## Exercise
Only one stretch of the records below is wanted: the lines from the one holding "f 264 265 470" through the one holding "f 476 274 477". Return it exactly, both ends included.

## Records to use
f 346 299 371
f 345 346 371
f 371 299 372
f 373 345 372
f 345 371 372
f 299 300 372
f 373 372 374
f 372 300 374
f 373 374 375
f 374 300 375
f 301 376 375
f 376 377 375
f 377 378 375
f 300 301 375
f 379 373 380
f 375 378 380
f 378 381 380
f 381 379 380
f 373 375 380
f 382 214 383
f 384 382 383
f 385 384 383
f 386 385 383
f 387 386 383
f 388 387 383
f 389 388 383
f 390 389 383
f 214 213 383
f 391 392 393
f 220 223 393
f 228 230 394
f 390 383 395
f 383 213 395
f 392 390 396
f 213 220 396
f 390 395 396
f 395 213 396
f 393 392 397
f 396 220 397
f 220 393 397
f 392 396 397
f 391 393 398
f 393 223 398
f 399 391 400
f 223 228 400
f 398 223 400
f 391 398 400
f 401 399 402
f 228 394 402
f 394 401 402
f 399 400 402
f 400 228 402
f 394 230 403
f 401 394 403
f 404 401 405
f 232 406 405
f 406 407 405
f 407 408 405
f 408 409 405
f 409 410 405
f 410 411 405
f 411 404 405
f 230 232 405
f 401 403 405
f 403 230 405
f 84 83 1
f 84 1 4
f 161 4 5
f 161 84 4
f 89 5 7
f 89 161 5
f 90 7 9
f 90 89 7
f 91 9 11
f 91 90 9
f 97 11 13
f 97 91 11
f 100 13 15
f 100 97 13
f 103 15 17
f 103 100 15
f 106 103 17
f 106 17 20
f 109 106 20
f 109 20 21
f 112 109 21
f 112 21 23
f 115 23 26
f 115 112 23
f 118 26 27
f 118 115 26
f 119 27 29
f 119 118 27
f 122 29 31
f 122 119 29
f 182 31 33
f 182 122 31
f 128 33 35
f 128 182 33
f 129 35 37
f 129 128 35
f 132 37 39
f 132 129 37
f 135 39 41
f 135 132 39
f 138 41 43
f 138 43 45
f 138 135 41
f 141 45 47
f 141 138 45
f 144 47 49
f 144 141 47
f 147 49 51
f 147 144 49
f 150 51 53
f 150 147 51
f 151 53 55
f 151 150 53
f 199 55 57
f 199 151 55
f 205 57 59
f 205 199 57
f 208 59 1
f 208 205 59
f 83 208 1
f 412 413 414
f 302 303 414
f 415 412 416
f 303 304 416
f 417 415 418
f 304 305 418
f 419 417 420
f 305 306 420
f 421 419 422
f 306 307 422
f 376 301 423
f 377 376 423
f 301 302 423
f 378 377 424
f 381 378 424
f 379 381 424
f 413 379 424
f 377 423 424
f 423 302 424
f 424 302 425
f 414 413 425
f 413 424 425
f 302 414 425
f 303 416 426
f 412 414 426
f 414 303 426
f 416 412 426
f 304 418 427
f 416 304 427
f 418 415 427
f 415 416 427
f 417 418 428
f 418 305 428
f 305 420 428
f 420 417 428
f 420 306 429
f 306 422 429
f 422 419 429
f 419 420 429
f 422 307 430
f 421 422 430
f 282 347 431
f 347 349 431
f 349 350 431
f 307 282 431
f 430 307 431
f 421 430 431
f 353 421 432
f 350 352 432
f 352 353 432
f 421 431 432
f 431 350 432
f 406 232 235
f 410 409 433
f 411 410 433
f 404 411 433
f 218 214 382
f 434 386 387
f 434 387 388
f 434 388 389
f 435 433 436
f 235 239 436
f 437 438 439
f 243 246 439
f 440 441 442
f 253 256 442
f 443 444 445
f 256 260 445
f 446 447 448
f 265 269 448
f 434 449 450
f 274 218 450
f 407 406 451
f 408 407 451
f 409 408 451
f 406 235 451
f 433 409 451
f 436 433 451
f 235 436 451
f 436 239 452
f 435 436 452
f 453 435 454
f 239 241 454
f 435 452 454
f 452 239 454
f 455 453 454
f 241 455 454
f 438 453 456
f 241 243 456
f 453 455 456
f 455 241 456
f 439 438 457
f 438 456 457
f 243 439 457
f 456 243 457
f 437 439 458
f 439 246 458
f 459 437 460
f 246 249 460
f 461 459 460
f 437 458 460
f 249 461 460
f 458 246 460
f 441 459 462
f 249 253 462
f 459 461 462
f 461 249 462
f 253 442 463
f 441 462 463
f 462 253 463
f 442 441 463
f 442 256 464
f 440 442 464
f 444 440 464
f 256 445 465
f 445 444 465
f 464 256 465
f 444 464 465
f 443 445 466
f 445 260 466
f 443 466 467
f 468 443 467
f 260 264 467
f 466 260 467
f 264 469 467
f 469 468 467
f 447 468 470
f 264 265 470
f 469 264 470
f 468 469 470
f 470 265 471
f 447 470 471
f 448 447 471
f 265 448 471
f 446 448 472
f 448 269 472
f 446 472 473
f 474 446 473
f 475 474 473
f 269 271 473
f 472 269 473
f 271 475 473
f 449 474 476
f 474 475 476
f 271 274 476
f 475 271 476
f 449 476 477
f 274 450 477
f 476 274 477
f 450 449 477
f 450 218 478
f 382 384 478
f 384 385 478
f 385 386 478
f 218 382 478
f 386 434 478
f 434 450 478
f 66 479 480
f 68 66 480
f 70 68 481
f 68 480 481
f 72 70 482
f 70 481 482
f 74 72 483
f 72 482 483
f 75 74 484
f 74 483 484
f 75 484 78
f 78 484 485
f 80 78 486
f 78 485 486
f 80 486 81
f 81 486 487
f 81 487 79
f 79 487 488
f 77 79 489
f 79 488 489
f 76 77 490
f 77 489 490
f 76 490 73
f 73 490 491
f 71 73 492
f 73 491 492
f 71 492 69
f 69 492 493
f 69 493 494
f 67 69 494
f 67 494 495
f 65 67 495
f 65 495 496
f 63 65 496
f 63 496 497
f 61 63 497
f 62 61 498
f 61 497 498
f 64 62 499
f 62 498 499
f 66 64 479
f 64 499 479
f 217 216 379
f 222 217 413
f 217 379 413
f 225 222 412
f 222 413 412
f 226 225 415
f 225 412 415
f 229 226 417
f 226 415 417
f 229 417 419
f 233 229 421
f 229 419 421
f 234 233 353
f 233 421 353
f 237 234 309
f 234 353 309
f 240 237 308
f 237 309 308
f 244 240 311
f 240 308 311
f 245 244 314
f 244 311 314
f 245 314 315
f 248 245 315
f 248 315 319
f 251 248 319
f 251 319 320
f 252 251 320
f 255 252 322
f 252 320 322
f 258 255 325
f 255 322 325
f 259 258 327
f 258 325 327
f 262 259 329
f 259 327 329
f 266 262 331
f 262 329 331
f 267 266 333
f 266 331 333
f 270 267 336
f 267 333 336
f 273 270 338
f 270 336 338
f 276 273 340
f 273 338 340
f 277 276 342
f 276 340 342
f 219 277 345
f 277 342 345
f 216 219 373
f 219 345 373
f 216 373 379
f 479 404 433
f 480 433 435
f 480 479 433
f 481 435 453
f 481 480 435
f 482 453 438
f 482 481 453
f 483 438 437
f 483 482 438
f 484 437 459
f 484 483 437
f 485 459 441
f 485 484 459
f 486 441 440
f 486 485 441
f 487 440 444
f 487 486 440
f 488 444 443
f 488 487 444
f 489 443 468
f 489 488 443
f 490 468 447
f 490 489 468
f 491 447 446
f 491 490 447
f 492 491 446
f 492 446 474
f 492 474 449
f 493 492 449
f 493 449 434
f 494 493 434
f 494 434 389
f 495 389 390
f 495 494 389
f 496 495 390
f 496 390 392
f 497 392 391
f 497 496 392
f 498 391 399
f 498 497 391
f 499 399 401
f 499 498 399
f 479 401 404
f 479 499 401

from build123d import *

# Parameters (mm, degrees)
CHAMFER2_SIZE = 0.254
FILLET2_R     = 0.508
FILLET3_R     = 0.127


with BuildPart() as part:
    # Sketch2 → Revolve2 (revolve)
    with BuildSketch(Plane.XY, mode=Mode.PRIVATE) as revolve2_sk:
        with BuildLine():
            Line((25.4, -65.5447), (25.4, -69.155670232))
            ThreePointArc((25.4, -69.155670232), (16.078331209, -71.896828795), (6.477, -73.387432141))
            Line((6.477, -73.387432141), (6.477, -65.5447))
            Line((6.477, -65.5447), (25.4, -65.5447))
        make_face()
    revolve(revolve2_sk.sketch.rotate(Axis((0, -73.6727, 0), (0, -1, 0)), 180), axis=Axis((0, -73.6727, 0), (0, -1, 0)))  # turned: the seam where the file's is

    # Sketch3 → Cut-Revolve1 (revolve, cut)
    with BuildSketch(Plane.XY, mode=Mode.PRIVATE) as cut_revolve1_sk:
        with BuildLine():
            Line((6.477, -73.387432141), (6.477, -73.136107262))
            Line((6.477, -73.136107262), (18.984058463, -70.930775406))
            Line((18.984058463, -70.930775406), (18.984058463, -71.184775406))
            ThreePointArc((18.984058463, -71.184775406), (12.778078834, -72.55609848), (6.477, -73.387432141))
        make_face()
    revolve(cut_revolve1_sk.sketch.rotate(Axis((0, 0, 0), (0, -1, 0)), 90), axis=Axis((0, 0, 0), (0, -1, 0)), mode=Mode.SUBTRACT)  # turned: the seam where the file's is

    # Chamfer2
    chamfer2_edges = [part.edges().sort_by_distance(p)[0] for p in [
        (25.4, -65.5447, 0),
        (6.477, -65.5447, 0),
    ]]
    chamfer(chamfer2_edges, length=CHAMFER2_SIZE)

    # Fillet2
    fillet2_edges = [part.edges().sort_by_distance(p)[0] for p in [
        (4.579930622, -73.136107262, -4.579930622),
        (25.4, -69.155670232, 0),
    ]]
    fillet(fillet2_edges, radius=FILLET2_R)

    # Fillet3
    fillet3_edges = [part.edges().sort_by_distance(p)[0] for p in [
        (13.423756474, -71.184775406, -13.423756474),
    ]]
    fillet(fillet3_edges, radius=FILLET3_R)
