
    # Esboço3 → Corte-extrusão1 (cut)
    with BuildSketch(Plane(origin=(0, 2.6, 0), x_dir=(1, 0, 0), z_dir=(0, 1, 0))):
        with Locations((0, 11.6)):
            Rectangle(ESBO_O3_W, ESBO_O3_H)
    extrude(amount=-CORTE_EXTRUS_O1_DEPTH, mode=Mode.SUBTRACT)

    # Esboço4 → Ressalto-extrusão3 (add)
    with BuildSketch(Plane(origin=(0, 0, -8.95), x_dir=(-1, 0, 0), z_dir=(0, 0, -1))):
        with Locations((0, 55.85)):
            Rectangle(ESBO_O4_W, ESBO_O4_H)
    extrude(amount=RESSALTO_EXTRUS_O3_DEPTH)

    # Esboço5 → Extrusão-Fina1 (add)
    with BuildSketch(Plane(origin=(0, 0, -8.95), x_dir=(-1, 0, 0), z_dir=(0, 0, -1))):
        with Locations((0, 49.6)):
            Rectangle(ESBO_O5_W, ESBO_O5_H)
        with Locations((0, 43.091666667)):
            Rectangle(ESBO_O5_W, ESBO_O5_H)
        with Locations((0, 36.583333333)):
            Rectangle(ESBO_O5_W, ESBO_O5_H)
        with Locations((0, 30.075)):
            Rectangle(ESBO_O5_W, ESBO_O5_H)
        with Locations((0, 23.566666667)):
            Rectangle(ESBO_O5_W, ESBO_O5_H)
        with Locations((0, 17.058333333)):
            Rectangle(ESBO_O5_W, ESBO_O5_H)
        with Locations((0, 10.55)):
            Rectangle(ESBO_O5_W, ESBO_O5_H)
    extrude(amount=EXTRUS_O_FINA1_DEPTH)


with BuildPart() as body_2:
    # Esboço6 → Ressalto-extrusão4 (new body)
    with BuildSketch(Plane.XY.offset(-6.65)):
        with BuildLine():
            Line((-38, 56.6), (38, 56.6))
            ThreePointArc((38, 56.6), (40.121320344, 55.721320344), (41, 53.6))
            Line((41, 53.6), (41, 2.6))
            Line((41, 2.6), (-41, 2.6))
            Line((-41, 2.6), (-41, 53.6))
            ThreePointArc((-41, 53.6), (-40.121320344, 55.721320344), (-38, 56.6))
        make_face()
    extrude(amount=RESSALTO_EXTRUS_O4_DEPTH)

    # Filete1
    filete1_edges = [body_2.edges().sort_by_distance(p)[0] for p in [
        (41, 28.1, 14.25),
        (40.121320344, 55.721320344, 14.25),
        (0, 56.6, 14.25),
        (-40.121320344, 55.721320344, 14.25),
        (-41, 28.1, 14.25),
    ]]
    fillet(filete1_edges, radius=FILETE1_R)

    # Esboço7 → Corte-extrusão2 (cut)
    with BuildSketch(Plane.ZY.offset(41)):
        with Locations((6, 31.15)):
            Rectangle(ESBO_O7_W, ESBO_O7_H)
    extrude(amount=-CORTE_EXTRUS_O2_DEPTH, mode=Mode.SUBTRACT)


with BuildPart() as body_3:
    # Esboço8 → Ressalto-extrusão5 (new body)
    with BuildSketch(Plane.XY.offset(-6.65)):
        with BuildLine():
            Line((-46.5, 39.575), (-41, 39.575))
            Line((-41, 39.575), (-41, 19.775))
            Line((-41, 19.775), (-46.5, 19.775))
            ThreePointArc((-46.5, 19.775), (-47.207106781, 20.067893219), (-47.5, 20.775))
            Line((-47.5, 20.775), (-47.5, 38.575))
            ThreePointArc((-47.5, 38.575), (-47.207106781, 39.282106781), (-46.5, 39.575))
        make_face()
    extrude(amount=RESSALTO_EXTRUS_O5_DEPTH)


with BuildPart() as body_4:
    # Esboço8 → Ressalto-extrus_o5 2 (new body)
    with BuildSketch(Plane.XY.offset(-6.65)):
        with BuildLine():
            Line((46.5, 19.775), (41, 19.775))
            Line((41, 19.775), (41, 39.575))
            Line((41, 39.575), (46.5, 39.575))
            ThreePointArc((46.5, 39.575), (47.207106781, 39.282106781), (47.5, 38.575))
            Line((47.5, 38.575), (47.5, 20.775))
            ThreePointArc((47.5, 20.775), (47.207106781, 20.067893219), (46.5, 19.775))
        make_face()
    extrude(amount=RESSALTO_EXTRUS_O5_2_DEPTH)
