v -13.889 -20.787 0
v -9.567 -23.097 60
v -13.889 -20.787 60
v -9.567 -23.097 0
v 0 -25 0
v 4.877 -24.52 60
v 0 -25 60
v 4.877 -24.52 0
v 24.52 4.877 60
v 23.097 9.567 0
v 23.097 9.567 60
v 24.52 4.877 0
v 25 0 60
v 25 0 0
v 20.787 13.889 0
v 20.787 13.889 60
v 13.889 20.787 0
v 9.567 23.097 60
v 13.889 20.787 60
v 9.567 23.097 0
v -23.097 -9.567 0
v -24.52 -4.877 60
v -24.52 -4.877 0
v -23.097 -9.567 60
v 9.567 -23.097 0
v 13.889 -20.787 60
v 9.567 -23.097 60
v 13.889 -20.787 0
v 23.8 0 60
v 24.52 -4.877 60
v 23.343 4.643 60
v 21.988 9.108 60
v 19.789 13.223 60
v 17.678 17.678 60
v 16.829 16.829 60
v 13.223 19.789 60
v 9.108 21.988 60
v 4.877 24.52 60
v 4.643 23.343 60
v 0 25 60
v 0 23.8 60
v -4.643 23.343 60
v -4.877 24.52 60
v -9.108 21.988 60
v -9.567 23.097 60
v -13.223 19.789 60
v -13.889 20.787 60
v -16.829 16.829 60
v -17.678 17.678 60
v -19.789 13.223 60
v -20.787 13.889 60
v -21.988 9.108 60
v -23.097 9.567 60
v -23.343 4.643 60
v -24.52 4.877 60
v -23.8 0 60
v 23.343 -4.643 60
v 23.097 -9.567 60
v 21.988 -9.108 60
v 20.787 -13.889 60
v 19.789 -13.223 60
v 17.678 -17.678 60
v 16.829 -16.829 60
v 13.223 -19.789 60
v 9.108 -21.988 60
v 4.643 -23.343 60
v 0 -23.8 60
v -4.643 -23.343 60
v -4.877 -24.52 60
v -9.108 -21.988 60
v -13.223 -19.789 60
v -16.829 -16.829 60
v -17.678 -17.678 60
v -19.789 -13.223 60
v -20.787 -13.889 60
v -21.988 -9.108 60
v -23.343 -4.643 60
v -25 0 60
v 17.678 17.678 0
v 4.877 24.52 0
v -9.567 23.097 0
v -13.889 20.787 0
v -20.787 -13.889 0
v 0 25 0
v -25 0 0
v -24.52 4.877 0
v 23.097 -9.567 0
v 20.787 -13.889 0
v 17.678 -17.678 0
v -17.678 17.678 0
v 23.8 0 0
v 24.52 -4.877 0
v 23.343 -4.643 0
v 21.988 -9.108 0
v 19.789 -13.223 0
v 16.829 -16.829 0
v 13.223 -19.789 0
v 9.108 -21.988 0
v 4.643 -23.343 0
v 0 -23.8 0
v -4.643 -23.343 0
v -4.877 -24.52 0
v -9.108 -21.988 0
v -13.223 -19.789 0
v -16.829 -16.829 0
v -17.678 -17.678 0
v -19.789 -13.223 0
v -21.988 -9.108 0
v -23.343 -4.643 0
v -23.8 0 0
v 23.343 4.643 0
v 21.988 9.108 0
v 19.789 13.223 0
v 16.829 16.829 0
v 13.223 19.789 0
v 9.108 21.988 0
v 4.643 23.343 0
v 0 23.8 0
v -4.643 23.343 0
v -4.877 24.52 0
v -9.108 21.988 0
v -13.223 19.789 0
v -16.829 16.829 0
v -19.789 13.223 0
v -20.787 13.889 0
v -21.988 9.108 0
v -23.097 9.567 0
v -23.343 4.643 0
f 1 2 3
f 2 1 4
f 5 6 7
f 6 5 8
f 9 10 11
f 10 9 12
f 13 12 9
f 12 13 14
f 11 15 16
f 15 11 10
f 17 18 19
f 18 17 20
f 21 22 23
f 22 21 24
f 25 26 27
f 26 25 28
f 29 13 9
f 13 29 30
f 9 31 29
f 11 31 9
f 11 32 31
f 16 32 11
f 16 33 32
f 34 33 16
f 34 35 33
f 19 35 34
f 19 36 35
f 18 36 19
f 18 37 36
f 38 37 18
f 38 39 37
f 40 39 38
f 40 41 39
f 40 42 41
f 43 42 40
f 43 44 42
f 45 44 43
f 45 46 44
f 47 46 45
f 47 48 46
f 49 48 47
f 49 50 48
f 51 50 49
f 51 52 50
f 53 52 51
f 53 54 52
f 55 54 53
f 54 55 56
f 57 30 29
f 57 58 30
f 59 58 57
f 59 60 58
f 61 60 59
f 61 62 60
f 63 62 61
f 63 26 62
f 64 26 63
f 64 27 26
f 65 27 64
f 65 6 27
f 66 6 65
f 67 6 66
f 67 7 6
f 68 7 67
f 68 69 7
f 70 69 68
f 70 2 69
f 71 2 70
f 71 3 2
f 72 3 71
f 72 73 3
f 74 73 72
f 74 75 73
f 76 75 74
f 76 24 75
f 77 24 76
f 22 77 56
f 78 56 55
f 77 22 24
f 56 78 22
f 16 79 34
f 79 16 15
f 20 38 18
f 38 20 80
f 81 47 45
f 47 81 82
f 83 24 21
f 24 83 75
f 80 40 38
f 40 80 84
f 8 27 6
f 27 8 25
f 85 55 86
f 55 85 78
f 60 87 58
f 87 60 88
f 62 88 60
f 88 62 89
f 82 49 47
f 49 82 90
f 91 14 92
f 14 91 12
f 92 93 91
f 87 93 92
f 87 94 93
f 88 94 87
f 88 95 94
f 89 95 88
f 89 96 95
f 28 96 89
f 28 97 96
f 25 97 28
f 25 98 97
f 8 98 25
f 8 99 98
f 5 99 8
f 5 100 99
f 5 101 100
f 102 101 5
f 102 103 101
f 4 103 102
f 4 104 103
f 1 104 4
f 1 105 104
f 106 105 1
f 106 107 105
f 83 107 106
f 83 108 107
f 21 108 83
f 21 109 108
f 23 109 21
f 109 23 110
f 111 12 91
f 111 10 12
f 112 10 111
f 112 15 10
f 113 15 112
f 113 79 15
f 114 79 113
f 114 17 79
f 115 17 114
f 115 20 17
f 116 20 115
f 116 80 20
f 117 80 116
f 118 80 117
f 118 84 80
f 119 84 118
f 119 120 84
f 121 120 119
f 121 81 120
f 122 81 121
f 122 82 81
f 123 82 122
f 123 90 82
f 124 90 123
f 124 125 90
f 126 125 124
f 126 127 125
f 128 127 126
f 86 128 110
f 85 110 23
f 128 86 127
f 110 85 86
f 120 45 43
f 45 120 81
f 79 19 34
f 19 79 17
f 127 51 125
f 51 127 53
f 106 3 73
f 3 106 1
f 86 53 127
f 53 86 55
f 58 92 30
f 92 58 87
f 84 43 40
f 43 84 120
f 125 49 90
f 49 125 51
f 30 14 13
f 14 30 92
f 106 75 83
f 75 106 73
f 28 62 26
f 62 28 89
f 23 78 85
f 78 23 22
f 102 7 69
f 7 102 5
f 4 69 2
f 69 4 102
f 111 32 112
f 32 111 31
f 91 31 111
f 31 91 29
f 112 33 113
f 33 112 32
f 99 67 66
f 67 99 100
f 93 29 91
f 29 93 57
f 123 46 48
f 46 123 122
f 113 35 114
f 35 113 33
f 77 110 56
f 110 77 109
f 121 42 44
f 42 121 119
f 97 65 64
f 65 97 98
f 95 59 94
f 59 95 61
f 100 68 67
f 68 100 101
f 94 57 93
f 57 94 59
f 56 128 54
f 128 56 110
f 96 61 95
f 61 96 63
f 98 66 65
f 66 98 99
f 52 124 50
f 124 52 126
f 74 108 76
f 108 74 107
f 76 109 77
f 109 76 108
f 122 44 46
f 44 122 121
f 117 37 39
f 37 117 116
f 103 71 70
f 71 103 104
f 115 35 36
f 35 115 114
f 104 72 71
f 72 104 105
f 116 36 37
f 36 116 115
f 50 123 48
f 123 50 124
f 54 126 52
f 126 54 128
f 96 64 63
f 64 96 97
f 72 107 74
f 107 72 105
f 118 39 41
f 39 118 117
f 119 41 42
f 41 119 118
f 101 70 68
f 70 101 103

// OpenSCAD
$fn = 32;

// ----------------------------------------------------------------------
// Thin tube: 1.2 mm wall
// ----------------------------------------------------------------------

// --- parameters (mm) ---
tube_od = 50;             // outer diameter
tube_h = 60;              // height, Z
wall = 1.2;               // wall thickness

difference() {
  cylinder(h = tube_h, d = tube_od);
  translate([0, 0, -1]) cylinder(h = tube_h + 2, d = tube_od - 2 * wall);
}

## Answer section
f 264 265 470
f 469 264 470
f 468 469 470
f 470 265 471
f 447 470 471
f 448 447 471
f 265 448 471
f 446 448 472
f 448 269 472
f 446 472 473
f 474 446 473
f 475 474 473
f 269 271 473
f 472 269 473
f 271 475 473
f 449 474 476
f 474 475 476
f 271 274 476
f 475 271 476
f 449 476 477
f 274 450 477
f 476 274 477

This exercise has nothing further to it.